APOE as a constituent of very-low-density lipoproteins and high-density lipoproteins is a high-risk factor of many diseases such as cardiovascular disease, Alzheimer’s disease, neuromuscular disease, multiple sclerosis, stroke, and diabetes [33] and involved in many functions, including lipid metabolism, cholesterol transport, immune response and regulation as well as cell growth and differentiation. However, the majority of recent studies have examined the significance of APOE as a molecular marker for a variety of cancer [34]. Su et al. [35] found that APOE overexpression promotes cancer proliferation and migration and contributes to an aggressive clinical course in patients with lung adenocarcinoma and malignant pleural effusions (MPE).

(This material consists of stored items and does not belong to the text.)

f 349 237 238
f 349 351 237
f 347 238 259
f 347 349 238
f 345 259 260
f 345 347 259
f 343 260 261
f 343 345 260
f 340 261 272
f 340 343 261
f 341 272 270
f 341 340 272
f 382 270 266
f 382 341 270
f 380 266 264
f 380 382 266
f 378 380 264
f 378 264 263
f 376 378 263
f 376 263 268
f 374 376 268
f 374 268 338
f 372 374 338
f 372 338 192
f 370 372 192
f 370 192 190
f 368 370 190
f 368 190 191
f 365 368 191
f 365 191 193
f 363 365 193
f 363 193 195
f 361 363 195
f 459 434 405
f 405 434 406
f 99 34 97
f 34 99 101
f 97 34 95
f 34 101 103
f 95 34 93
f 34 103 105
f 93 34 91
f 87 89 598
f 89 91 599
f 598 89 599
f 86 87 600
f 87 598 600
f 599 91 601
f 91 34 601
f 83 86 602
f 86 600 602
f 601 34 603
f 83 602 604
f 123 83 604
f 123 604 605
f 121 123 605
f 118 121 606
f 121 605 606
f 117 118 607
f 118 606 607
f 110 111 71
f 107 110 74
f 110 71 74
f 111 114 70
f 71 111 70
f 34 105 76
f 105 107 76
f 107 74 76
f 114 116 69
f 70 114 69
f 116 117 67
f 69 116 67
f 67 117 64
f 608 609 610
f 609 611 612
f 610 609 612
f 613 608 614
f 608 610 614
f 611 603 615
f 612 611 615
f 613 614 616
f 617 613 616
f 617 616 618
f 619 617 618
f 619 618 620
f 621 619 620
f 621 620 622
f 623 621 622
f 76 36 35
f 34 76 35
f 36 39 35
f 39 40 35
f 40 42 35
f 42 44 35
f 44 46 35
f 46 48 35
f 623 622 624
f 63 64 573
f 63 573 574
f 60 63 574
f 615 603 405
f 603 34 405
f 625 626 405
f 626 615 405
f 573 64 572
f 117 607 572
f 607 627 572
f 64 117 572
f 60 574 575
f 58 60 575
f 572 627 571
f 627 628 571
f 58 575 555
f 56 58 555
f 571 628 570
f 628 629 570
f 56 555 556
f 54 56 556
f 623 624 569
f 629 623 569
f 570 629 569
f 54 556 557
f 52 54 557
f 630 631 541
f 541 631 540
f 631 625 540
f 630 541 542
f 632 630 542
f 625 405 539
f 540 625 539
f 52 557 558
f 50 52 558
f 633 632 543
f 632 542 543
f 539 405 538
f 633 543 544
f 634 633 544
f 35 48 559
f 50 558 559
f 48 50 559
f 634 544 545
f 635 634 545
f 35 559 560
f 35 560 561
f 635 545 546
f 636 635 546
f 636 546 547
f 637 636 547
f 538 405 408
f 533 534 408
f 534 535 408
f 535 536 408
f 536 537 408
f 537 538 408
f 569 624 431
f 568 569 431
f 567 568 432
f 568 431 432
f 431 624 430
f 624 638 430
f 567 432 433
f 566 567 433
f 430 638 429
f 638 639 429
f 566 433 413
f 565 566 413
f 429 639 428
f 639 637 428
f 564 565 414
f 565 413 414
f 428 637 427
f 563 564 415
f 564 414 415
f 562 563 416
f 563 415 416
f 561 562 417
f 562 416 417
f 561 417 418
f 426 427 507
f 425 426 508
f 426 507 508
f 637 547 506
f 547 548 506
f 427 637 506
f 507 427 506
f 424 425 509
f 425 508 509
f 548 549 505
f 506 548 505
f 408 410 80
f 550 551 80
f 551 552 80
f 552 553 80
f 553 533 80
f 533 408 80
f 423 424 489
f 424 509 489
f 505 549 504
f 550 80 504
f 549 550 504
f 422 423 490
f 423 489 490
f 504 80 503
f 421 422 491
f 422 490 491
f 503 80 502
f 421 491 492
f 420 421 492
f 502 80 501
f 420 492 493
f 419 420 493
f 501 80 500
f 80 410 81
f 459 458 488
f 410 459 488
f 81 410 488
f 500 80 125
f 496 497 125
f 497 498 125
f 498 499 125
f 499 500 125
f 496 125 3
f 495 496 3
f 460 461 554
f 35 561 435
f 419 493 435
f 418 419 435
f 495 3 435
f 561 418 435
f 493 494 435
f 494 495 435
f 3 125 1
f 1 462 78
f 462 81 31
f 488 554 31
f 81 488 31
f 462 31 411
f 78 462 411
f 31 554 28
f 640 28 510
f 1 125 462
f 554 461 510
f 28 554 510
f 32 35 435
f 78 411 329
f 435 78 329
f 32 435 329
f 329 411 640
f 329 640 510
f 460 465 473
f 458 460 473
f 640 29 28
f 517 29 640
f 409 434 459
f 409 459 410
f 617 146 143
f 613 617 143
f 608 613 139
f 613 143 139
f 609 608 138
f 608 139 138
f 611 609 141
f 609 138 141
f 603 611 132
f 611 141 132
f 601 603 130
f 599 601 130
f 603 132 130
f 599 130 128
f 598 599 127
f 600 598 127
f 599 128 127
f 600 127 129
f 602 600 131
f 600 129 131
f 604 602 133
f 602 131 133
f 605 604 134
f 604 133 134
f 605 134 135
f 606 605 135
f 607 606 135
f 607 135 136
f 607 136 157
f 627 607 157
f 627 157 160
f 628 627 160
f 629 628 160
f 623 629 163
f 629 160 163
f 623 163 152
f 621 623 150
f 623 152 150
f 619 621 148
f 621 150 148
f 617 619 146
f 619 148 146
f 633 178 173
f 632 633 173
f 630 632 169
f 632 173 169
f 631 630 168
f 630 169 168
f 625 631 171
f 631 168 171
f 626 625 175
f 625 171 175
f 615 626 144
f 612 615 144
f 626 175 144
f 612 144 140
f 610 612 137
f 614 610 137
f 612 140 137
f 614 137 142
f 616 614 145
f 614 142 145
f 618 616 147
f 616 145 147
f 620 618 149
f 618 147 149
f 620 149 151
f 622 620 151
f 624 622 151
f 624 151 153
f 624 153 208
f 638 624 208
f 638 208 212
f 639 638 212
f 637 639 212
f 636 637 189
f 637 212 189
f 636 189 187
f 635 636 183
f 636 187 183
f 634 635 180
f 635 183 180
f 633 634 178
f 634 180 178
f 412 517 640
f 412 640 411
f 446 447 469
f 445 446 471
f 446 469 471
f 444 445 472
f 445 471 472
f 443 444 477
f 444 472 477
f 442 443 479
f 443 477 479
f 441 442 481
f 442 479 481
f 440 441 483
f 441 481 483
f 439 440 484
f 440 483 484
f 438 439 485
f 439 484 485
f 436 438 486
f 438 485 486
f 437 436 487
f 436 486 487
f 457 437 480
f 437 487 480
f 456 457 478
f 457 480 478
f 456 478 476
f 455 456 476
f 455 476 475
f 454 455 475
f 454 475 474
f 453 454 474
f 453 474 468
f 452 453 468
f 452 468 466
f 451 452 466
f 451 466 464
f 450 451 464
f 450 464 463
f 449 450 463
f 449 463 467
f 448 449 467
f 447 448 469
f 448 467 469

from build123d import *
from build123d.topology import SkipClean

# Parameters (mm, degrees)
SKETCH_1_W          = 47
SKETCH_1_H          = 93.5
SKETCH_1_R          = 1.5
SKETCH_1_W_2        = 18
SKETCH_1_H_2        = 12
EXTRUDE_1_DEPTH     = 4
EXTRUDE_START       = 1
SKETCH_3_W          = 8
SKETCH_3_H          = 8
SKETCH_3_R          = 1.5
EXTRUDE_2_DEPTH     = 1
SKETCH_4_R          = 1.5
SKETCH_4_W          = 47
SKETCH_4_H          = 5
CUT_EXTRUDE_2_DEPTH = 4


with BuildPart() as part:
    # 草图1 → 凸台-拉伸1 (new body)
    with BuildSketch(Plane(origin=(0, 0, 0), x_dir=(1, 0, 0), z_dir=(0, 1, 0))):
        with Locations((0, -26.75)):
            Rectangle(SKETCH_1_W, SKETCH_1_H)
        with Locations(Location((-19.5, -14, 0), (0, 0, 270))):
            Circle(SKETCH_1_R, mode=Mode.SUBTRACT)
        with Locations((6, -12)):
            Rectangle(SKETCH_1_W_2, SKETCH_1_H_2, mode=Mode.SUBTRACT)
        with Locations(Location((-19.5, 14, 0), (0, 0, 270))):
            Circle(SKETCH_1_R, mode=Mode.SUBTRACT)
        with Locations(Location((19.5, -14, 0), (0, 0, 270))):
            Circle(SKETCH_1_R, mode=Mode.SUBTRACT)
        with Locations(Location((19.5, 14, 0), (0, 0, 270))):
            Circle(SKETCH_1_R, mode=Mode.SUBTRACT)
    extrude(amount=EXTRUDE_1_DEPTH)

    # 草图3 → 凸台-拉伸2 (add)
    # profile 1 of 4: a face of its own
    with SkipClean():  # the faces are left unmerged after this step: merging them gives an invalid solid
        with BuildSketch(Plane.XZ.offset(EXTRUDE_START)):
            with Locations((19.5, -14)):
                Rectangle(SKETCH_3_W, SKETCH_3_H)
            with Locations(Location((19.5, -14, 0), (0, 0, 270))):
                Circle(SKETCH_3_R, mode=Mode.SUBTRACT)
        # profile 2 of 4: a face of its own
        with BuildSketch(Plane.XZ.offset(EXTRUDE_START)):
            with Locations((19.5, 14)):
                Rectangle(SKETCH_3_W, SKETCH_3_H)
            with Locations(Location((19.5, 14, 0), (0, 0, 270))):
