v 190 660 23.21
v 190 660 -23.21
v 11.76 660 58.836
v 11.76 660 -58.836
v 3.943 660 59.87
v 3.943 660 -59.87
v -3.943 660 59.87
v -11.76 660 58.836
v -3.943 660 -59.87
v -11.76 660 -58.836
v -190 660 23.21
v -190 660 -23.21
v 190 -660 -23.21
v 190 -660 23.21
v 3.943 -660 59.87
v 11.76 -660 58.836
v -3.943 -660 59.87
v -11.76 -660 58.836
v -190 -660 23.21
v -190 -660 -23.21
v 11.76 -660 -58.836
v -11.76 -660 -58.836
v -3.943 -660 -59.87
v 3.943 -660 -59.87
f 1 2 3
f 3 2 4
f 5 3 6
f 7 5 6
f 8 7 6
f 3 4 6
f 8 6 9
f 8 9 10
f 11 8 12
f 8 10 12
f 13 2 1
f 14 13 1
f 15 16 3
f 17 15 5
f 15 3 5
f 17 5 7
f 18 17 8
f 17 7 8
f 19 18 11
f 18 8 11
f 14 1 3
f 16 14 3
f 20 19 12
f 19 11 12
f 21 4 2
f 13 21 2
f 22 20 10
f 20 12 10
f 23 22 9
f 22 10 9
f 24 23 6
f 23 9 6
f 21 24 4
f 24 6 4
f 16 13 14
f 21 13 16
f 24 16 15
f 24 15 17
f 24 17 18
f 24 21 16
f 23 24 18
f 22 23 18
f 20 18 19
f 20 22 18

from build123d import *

# Parameters (mm, degrees)
EXTRUDE_1_DEPTH = 660


with BuildPart() as part:
    # 草图5 → 凸台-拉伸1 (new body, symmetric)
    with BuildSketch(Plane(origin=(0, 0, 0), x_dir=(1, 0, 0), z_dir=(0, 1, 0))):
        with BuildLine():
            Line((190, 0), (190, -23.210187215))
            Line((190, -23.210187215), (11.76, -58.836233734))
            ThreePointArc((11.76, -58.836233734), (0, -60), (-11.76, -58.836233734))
            Line((-11.76, -58.836233734), (-190, -23.210187215))
            Line((-190, -23.210187215), (-190, 0))
            Line((-190, 0), (-190, 23.210187215))
            Line((-190, 23.210187215), (-11.759999967, 58.836233741))
            ThreePointArc((-11.759999967, 58.836233741), (1.7e-08, 60), (11.76, 58.836233734))
            Line((11.76, 58.836233734), (190, 23.210187215))
            Line((190, 23.210187215), (190, 0))
        make_face()
    extrude(amount=EXTRUDE_1_DEPTH, both=True)


solid = part.part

Clusterin (CLU) is a heterodimeric disulfide-linked glycoprotein (449 amino acids) and widely distributed in different tissues and highly conserved in species. CLU is implicated in a number of biological processes, including lipid transport, cell adhesion, programmed cell death, and complement cascade, representing a truly multifunctional protein [33]. In recent years, many studies show that elevated levels of CLU, a stress-induced and secreted cytoprotective chaperone, are associated with advanced tumor stage, metastasis, treatment resistance, and adverse outcome in several cancers by modulation of the nuclear factor kappa B pathway, inhibition of the apoptosis, and exerting other protumor activities, etc. [3638].

A method for serological monitoring of differentially expressed secretory proteins is of great value for tumor screening. In this study, we found that concentrations of APOA1, APOE, and CLU were differential expression in CSCC patients than in benign lesion and were correlated with the histological classification or the processing of the cervical lesion. Therefore, our future study will further investigate the roles of APOA1, APOE, and CLU in cervical tumorigenesis and the levels of APOA1, APOE, and CLU in the plasma of a population at high risk for cervical cancer to establish criteria for medical surveillance.